The trial judge's conclusions on both issues were based on the weighing of conflicting evidence and allegations, as well as considering whether plaintiffs will be able to meet their burden of proving the merits of the action. As set forth above, these considerations are issues to be decided at a trial on the merits and are not proper for determinations of summary judgment. Since the trial judge did otherwise, he committed reversible error.

APPEAL OF HUEY WILSON AND H.J. WILSON CO., INC.

I

In their first assignment of error, defendants contend the stock for stock agreement *59 did not impose a continuing obligation to maintain any shares of stock in Woodrow's name as found by the trial court. It is argued that nothing in the agreement precluded Woodrow from transferring his shares to an individual such as Wilson.

The trial judge concluded that the stock for stock agreement was a continuing obligation to recognize Woodrow as owner of 202 shares of stock. While it is true that nothing contained therein precludes Woodrow from transferring his shares to any individual, the corporation was under a duty to recognize Woodrow as owner of 202 shares of stock as long as he retained ownership thereof. This is what was concluded by the trial judge, as he stated in his written reasons: "Woodrow should be recognized as owner of the 202 shares until he disposes of any of the shares". Thus, the trial judge did not state that Woodrow must be maintained as owner even if he transferred some of his shares, as defendants would have us believe. Rather, he affirmed a duty implicit in every stock issuance regarding the recognition of the owner of shares, as owner, and the duty to not cancel a shareholder's on the corporate records without that owner's consent. Thus, no error was committed.

II

Defendants also allege that the transfers were between Wilson, as stockholder, and Woodrow, as stockholder, and as the corporation was not a party thereto, it was entitled to summary judgment. However, plaintiffs, in their petition alleged fraud by both Wilson and the corporation in cancelling the original stock certificate for 202 shares and issuing the new certificates without the consent of Woodrow. Furthermore, the corporation never obtained the original stock certificate from Woodrow. If true, the corporation, as well as Wilson could be held liable. Therefore, this allegation is meritless.

III

Finally, defendants contend it was error to deny its peremptory exception raising the objection of res judicata. They argue that although the federal suit was dismissed for reasons not before the trial court in this matter, the issues were the same as the present case, and relitigation should be barred by res judicata.

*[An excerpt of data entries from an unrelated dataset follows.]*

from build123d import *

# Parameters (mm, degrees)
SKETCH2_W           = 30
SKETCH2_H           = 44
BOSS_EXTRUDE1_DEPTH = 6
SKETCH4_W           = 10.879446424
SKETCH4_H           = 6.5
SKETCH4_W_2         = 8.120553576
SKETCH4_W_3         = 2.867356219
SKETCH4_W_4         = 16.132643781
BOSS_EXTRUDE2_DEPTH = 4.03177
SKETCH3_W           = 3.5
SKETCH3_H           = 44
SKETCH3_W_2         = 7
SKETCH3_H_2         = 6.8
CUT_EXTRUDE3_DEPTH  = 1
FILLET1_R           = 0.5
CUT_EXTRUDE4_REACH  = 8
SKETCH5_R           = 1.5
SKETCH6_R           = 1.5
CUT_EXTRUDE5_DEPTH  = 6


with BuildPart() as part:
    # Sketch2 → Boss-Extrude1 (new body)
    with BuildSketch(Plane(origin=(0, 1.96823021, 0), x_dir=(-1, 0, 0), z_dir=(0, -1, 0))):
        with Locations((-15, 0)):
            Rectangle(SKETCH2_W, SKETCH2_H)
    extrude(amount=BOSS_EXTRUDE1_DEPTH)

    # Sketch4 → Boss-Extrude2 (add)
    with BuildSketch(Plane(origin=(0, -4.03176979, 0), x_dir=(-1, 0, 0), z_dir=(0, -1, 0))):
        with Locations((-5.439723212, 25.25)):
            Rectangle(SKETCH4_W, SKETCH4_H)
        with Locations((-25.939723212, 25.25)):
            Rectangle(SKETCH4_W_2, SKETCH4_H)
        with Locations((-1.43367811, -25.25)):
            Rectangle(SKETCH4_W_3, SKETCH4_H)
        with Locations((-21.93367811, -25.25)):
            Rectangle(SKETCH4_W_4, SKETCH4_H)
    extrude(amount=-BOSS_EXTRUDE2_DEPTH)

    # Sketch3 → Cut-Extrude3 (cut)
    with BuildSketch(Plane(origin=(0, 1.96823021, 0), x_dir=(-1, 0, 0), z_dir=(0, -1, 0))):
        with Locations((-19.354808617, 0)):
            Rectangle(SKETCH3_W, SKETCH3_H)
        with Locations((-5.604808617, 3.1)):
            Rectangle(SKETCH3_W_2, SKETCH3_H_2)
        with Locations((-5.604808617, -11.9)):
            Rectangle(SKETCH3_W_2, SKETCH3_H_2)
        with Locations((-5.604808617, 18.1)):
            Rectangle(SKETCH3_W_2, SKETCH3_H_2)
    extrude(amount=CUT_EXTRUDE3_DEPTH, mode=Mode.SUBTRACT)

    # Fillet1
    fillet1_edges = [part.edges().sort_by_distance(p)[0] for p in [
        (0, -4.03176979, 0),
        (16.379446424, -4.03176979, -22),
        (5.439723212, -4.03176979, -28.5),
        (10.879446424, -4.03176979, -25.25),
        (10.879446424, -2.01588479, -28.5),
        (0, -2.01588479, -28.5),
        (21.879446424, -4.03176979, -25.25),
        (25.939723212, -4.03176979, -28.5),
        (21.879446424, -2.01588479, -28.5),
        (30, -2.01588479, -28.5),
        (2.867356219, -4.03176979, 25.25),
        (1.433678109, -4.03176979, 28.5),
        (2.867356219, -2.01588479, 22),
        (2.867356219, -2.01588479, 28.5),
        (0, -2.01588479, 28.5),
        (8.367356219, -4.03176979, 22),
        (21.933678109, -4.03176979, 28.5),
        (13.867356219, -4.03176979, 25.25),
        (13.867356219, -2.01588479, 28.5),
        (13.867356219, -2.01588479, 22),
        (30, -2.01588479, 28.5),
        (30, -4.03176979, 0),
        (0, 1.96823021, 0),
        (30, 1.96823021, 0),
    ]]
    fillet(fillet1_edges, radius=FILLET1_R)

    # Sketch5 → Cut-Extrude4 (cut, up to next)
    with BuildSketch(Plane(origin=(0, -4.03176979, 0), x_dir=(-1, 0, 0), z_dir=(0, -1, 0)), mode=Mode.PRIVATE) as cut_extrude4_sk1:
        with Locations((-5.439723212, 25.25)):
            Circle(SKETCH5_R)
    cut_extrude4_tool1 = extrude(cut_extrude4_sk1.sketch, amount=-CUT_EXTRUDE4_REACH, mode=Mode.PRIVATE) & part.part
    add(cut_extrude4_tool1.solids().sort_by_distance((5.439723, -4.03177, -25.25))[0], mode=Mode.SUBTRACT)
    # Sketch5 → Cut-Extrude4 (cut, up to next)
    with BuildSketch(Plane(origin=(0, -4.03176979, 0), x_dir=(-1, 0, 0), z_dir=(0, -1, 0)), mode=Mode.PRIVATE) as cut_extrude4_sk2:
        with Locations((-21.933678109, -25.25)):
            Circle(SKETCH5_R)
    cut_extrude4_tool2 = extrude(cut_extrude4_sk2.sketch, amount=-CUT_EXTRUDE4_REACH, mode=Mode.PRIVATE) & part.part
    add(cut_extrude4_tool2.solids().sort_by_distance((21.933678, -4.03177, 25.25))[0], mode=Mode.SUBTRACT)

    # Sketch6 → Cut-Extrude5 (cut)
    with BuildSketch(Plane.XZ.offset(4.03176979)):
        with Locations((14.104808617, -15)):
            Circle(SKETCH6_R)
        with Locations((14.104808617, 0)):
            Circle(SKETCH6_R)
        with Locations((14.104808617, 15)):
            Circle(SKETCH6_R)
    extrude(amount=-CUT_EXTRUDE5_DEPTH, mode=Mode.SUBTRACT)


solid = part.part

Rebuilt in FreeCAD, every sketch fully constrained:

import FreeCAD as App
import Part
import Sketcher
from FreeCAD import Vector
Q = App.Units.Quantity


def edges_at(feature, points):
    """Names of the edges that pass closest to the given points."""
    edges = feature.Shape.Edges
    near = lambda p: min(range(len(edges)), key=lambda i: edges[i].distToShape(Part.Vertex(*p))[0])
    return sorted({f"Edge{near(p) + 1}" for p in points})

doc = App.newDocument("Part")
body = doc.addObject("PartDesign::Body", "Body")

# Sketch on XZ plane
sketch1 = body.newObject("Sketcher::SketchObject", "Sketch")
sketch1.AttachmentSupport = (doc.getObject("XZ_Plane"), [""])
sketch1.MapMode = "FlatFace"
sketch1.AttachmentOffset = App.Placement(Vector(0, 0, -1.96823), App.Rotation())
sketch1.addGeometry([
    Part.LineSegment(Vector(30, -22, 0), Vector(30, 22, 0)),
    Part.LineSegment(Vector(30, 22, 0), Vector(0, 22, 0)),
    Part.LineSegment(Vector(0, 22, 0), Vector(0, -22, 0)),
    Part.LineSegment(Vector(0, -22, 0), Vector(30, -22, 0)),
], False)
sketch1.addConstraint([
    Sketcher.Constraint("Coincident", 0, 2, 1, 1),
    Sketcher.Constraint("Coincident", 1, 2, 2, 1),
    Sketcher.Constraint("Coincident", 2, 2, 3, 1),
    Sketcher.Constraint("Coincident", 3, 2, 0, 1),
    Sketcher.Constraint("Vertical", 0),
    Sketcher.Constraint("Horizontal", 1),
    Sketcher.Constraint("Vertical", 2),
    Sketcher.Constraint("Horizontal", 3),
    Sketcher.Constraint("Symmetric", 1, 2, 2, 2, -1, 1),
    Sketcher.Constraint("DistanceX", 1, 2, 1, 1, Q("30 mm")),
    Sketcher.Constraint("DistanceY", 0, 1, 0, 2, Q("44 mm")),
])
pad1 = body.newObject("PartDesign::Pad", "Pad")
pad1.Profile = sketch1
pad1.Length = 6

# Sketch on XZ plane
sketch2 = body.newObject("Sketcher::SketchObject", "Sketch001")
sketch2.AttachmentSupport = (doc.getObject("XZ_Plane"), [""])
sketch2.MapMode = "FlatFace"
sketch2.AttachmentOffset = App.Placement(Vector(0, 0, 4.03177), App.Rotation())
sketch2.addGeometry([
    Part.LineSegment(Vector(10.9, -28.5, 0), Vector(10.9, -22, 0)),  # 0
    Part.LineSegment(Vector(10.9, -22, 0), Vector(0, -22, 0)),  # 1
    Part.LineSegment(Vector(0, -22, 0), Vector(0, -28.5, 0)),  # 2
    Part.LineSegment(Vector(0, -28.5, 0), Vector(10.9, -28.5, 0)),  # 3
    Part.LineSegment(Vector(30, -28.5, 0), Vector(30, -22, 0)),  # 4
    Part.LineSegment(Vector(30, -22, 0), Vector(21.9, -22, 0)),  # 5
    Part.LineSegment(Vector(21.9, -22, 0), Vector(21.9, -28.5, 0)),  # 6
    Part.LineSegment(Vector(21.9, -28.5, 0), Vector(30, -28.5, 0)),  # 7
    Part.LineSegment(Vector(2.9, 22, 0), Vector(2.9, 28.5, 0)),  # 8
    Part.LineSegment(Vector(2.9, 28.5, 0), Vector(0, 28.5, 0)),  # 9
    Part.LineSegment(Vector(0, 28.5, 0), Vector(0, 22, 0)),  # 10
    Part.LineSegment(Vector(0, 22, 0), Vector(2.9, 22, 0)),  # 11
    Part.LineSegment(Vector(30, 22, 0), Vector(30, 28.5, 0)),  # 12
    Part.LineSegment(Vector(30, 28.5, 0), Vector(13.9, 28.5, 0)),  # 13
    Part.LineSegment(Vector(13.9, 28.5, 0), Vector(13.9, 22, 0)),  # 14
    Part.LineSegment(Vector(13.9, 22, 0), Vector(30, 22, 0)),  # 15
], False)
sketch2.addConstraint([
    Sketcher.Constraint("Coincident", 0, 2, 1, 1),
    Sketcher.Constraint("Coincident", 1, 2, 2, 1),
    Sketcher.Constraint("Coincident", 2, 2, 3, 1),
    Sketcher.Constraint("Coincident", 3, 2, 0, 1),
    Sketcher.Constraint("Coincident", 4, 2, 5, 1),
    Sketcher.Constraint("Coincident", 5, 2, 6, 1),
    Sketcher.Constraint("Coincident", 6, 2, 7, 1),
    Sketcher.Constraint("Coincident", 7, 2, 4, 1),
    Sketcher.Constraint("Coincident", 8, 2, 9, 1),
    Sketcher.Constraint("Coincident", 9, 2, 10, 1),
    Sketcher.Constraint("Coincident", 10, 2, 11, 1),
    Sketcher.Constraint("Coincident", 11, 2, 8, 1),
    Sketcher.Constraint("Coincident", 12, 2, 13, 1),
    Sketcher.Constraint("Coincident", 13, 2, 14, 1),
    Sketcher.Constraint("Coincident", 14, 2, 15, 1),
    Sketcher.Constraint("Coincident", 15, 2, 12, 1),
    Sketcher.Constraint("Vertical", 0),
    Sketcher.Constraint("Horizontal", 1),
    Sketcher.Constraint("Vertical", 2),
    Sketcher.Constraint("Horizontal", 3),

Res judicata precludes relitigation of the object of a judgment when there is (1) identity of the parties, (2) identity of "cause," and (3) identity of the "thing demanded." La.Civ. Code art. 2286[1]; Doyle v. State Farm (Mutual) Insurance Company, 414 So.2d 763 (La.1982). In the present case there is no doubt that the identity of the parties and the thing demanded are the same in both cases. However, the cause in the federal suit was based on federal securities laws, whereas the state suit was based on the laws of Louisiana. Furthermore the federal judge dismissed the federal claim, finding it had prescribed. He specifically refused to rule on the state claims which form the basis of the present lawsuit, even though they were alleged in the federal suit. Although the federal judge made certain factual conclusions in regards to the issue before him, i.e. prescription of the federal claims, such conclusions are not binding on the completely different issues which were before the trial judge. As such, the "cause" of the two suits is not the same and the peremptory exception raising the objection of res judicata was properly denied.

Therefore, for the above and foregoing reasons, the judgment of the trial court insofar as it granted defendants' motion for summary judgment is reversed and remanded for further proceedings consistent with this opinion. In all other respects, the judgment is affirmed at defendants' costs.

REVERSED IN PART, AFFIRMED IN PART AND REMANDED.

NOTES

[1] By Act 331 of 1984, La.Civ. Code art. 2286 was redesignated as La.R.S. 13:4231, which redesignation was neither an amendment nor a reenactment, effective January, 1985.